# Boardwalk Empire



## Darren Marshall (17 Settembre 2012)

Trama 

Atlantic City, 1920. Con l'entrata in vigore del Proibizionismo, Enoch "Nucky" Thompson, in parte boss mafioso e in parte politico corrotto, ordisce un piano per rendere ricco lui e i suoi soci vendendo il liquore divenuto illegale. Nel frattempo, Jimmy Darmody, suo ex-protetto, torna a casa dopo aver combattuto nella Grande Guerra e inizia a frequentare un poco più che ventenne Al Capone.​


Qualcuno segue questa fantastica serie TV? E' iniziata da poco la terza stagione.


----------



## Gallio (17 Settembre 2012)

attualmente una delle mie preferite


----------



## Vinz (17 Settembre 2012)

Anticipazione (Spoiler)



Senza Jimmy, sono molto scettico su questa stagione. Speriamo bene


----------



## Joe Pesci (17 Settembre 2012)

Ho incrociato questa serie da poco e ne sono stato completamente affascinato, purtroppo la stanno mandando in onda su Rai4 il mercoledì notte alle 00:40!!
Penso che per recuperare le puntate precedenti e guardarla in maniera decente mi dovrò comprare il dvd.
Buscemi è un grande e l'ambientazione è davvero realistica, così come la storia.
E' davvero il genere di serie che amo .... e non poteva essere diversamente, visto che sono cresciuto a "pane & sopranos"


----------



## Vinz (19 Settembre 2012)

Bella la 3x01


Anticipazione (Spoiler)



******* che permaloso il nuovo personaggio


----------



## Freddy Manson (19 Settembre 2012)

Bellissima! Ho da poco finito di vedere la 2^ stagione.
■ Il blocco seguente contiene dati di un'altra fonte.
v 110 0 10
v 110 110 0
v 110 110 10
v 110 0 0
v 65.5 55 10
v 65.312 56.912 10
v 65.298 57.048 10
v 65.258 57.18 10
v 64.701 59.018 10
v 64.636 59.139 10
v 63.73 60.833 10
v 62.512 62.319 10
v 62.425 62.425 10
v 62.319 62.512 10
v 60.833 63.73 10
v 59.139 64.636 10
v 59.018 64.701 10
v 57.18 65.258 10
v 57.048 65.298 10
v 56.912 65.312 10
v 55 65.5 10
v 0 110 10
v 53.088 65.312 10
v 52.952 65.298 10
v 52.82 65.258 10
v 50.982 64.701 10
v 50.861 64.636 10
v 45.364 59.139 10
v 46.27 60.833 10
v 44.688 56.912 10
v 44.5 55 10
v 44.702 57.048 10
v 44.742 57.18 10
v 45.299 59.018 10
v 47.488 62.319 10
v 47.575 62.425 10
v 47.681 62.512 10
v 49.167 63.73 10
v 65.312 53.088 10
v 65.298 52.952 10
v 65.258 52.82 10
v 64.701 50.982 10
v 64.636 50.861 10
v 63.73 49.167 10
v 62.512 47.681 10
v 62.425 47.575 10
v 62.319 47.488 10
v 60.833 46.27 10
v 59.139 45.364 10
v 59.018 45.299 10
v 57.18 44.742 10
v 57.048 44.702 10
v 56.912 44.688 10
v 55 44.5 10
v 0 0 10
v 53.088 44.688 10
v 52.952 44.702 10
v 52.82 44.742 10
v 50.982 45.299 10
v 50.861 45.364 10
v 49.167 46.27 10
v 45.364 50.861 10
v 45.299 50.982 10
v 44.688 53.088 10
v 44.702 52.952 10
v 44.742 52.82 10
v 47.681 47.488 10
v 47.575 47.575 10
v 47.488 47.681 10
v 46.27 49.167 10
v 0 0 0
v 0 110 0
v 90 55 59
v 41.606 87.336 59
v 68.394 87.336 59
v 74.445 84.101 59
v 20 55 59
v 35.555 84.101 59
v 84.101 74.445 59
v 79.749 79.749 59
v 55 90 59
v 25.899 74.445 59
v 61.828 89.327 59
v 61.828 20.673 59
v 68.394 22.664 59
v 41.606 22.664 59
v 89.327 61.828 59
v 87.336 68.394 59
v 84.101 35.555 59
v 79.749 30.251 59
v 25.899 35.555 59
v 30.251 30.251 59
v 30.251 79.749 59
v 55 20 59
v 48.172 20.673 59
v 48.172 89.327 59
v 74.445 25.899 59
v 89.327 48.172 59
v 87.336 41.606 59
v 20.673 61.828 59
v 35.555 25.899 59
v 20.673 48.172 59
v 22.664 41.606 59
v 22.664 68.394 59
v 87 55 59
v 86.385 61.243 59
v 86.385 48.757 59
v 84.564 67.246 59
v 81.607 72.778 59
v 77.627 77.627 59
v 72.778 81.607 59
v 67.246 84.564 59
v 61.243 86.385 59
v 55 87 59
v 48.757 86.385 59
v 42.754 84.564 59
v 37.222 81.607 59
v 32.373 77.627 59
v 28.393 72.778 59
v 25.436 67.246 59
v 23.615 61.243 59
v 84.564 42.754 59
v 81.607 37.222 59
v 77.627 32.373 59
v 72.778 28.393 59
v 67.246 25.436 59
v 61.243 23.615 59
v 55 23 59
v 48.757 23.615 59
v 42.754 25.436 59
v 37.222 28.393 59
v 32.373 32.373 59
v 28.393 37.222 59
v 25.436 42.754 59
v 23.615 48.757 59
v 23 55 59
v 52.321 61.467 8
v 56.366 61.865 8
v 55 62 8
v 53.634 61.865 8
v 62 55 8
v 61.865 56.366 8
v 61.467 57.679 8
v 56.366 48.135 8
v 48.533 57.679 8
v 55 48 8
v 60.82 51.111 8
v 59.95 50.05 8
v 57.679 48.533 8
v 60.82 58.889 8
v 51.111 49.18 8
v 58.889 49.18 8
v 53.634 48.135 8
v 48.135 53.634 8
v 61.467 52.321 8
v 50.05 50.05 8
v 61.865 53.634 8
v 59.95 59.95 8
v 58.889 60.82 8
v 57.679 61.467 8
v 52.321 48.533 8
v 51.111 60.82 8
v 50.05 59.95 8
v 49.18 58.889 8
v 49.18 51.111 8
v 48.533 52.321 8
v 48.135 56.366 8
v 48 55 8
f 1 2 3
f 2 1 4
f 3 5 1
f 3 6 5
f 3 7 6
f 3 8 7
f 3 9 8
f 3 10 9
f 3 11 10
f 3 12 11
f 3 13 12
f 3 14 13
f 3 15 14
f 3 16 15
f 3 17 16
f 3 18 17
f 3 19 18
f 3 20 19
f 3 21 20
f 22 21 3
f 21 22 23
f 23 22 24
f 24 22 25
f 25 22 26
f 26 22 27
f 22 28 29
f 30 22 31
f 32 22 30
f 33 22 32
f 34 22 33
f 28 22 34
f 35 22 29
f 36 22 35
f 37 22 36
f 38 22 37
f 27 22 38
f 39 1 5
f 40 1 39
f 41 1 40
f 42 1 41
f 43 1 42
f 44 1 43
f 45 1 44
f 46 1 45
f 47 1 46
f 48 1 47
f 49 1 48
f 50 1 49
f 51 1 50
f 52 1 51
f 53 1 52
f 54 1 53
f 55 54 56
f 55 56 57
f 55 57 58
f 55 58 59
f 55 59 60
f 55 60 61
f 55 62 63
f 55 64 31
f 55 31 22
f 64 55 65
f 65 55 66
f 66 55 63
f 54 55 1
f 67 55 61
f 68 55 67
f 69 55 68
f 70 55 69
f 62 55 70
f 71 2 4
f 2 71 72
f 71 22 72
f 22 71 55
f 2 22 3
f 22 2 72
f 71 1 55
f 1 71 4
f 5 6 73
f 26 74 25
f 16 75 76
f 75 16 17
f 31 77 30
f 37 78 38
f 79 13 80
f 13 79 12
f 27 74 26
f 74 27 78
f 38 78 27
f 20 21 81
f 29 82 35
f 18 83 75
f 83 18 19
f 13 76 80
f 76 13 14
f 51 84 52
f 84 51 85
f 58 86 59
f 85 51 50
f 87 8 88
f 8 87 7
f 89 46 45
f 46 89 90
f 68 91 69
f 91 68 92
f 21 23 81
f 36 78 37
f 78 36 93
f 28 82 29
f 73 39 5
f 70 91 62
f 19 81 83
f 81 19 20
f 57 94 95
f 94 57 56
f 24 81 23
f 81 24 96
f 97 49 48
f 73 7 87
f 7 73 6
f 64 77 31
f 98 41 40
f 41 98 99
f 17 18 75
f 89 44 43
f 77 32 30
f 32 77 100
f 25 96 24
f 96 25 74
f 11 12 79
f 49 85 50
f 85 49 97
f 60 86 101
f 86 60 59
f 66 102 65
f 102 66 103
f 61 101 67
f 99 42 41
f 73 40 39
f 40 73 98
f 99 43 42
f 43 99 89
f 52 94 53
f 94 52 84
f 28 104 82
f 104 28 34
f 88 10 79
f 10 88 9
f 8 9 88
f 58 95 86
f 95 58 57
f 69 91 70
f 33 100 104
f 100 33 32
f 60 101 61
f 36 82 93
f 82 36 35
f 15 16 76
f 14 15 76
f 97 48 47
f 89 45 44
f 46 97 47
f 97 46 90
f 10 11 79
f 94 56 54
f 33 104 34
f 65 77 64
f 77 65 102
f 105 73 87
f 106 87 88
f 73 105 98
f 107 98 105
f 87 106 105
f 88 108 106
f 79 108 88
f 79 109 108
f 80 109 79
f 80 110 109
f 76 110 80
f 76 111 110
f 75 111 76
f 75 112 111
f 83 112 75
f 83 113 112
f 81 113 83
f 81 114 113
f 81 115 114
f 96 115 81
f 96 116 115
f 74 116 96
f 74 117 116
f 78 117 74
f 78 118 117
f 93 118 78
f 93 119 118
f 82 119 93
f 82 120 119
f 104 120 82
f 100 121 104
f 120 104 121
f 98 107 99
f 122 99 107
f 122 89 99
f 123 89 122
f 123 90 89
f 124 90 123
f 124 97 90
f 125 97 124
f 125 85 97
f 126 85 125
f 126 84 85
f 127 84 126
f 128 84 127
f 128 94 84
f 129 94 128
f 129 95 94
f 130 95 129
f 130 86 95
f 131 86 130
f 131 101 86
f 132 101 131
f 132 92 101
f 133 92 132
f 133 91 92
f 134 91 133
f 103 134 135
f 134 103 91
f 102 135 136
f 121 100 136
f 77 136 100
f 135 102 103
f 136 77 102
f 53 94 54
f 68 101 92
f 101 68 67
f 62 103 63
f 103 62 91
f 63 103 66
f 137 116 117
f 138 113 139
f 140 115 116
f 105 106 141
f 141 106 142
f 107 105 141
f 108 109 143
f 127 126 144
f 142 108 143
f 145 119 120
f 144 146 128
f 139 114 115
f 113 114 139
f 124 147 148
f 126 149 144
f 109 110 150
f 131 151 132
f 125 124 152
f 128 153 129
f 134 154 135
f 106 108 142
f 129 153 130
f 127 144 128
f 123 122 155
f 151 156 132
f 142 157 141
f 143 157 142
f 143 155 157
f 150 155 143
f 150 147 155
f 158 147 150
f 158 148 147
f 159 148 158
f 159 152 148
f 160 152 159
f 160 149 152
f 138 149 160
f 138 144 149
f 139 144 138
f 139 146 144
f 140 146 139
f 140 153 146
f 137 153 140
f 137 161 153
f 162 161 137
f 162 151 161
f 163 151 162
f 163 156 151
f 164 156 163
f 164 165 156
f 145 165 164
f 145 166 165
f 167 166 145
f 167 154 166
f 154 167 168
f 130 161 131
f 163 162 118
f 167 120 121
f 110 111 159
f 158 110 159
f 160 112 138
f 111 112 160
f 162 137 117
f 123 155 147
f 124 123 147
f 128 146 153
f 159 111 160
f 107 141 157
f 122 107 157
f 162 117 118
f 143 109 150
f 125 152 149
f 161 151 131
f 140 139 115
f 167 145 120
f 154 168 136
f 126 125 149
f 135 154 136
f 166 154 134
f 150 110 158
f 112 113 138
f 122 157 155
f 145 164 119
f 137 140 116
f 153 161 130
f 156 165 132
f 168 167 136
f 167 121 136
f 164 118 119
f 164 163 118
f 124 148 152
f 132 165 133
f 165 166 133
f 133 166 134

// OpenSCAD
$fn = 32;

// ----------------------------------------------------------------------
// Hopper: funnel with square flange
// ----------------------------------------------------------------------

// --- parameters (mm) ---
fl = 110;                 // flange side, X and Y
fl_t = 10;                // flange thickness
cone_h = 50;              // cone height above the flange
top_d = 70;               // cone mouth diameter
bot_d = 20;               // cone spout diameter
wall = 3;                 // cone wall thickness

bore_d = bot_d - 2 * wall;  // spout bore diameter
total_h = fl_t + cone_h - 1;  // overall height

difference() {
  union() {
    cube([fl, fl, fl_t]);
    translate([fl / 2, fl / 2, fl_t - 1])
      cylinder(h = cone_h, d1 = bot_d, d2 = top_d);
  }
  translate([fl / 2, fl / 2, fl_t - 2])
    cylinder(h = cone_h + 1, d1 = bore_d, d2 = top_d - 2 * wall);
}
Comunque Naki mi è terribilmente scaduto come personaggio; chi ha visto la serie può benissimo capire perché.

- - - Aggiornato - - -

La nuova stagione la guardate in inglese? Perché, se non erro, in Italia è ancora inedita..


----------



## Vinz (19 Settembre 2012)

Certo che è ancora inedita, è uscita qualche giorno fa l'originale  Si dovrebbero aspettare mesi


----------



## Darren Marshall (20 Settembre 2012)

Anticipazione (Spoiler)



Bellissima la premier della terza serie! Subito tanta carne al fuoco, mi spiace però per Manny, fatto fuori troppo presto! Van Halden in versione fantozziana è stato spettacolare ahah! Rosetti sembra davvero uno psicopatico mi sa che ne combinerà parecchie a Nucky!


----------



## chicagousait (20 Settembre 2012)

Io invece l'ho trovato noioso e dopo la prima stagione ho smesso di guardarlo


----------



## Darren Marshall (1 Ottobre 2012)

Chi ha visto la seconda della terza serie?


----------



## Vinz (1 Ottobre 2012)

Darren Marshall ha scritto:


> Chi ha visto la seconda della terza serie?



Io


----------



## Darren Marshall (1 Ottobre 2012)

Vinz ha scritto:


> Io



Commenti? 



Anticipazione (Spoiler)



Rosetti sempre più psicopatico, ogni scena dove compare si ha sempre l'impressione che stia per uccidere qualcuno! Nucky credo che resterà "scottato" quando la relazione con la nuova troietta finirà male (Perchè finirà male)...


----------



## Vinz (1 Ottobre 2012)

Darren Marshall ha scritto:


> Commenti?
> 
> 
> 
> ...





Anticipazione (Spoiler)



Madò le scene con Rosetti sono inquietanti  Cmq si sta mettendo contro non solo Nucky, ma anche Rothstein. 
Oltre alla relazione, bisognerà vedere come reagirà quando saprà che Slater s'era bombato la moglie


----------



## Vinz (4 Ottobre 2012)

Anticipazione (Spoiler)



BONE FOR TUNA  Rosetti il più psicopatico di sempre


----------



## Darren Marshall (4 Ottobre 2012)

Anticipazione (Spoiler)



Rosetti è pazzo, abbiamo la conferma, dare fuoco ad uno perchè augura buona fortuna non credo sia normale! Non mi piace la piega che sta prendendo Nucky troppo incentrato sulla sgualdrina! Margaret ha scassato con questo ospedale! Peccato non si sia visto Chalky White perchè la sua storia è interessante.


----------



## Darren Marshall (17 Novembre 2012)

L'ho un pò messa da parte per ora, questa terza serie non mi sta piacendo molto.


----------



## Vinz (18 Novembre 2012)

Io sto in pari, si è fatta molto più interessante


Anticipazione (Spoiler)



Nucky è proprio nei guai, i prossimi episodi saranno da ***** mi sa


----------



## Freddy Manson (30 Luglio 2013)

Bellissima questa 3^ serie; Gyp Rosetti, che personaggio!



Anticipazione (Spoiler)



Owen, che brutta fine.


----------



## Sesfips (27 Settembre 2013)

Serie TV fantastica! 
Ho finito la terza stagione, davvero ottima.


----------



## Darren Marshall (27 Settembre 2013)

Io mi son fermato a metà della terza stagione, non mi ha più preso.


----------



## cris (21 Maggio 2014)

qualcuno la sta ancora guardando?


----------



## Darren Marshall (22 Maggio 2014)

cris ha scritto:


> qualcuno la sta ancora guardando?



Io ho mollato, dopo la seconda stagione ha perso un bel po' di mordente a mio avviso.


----------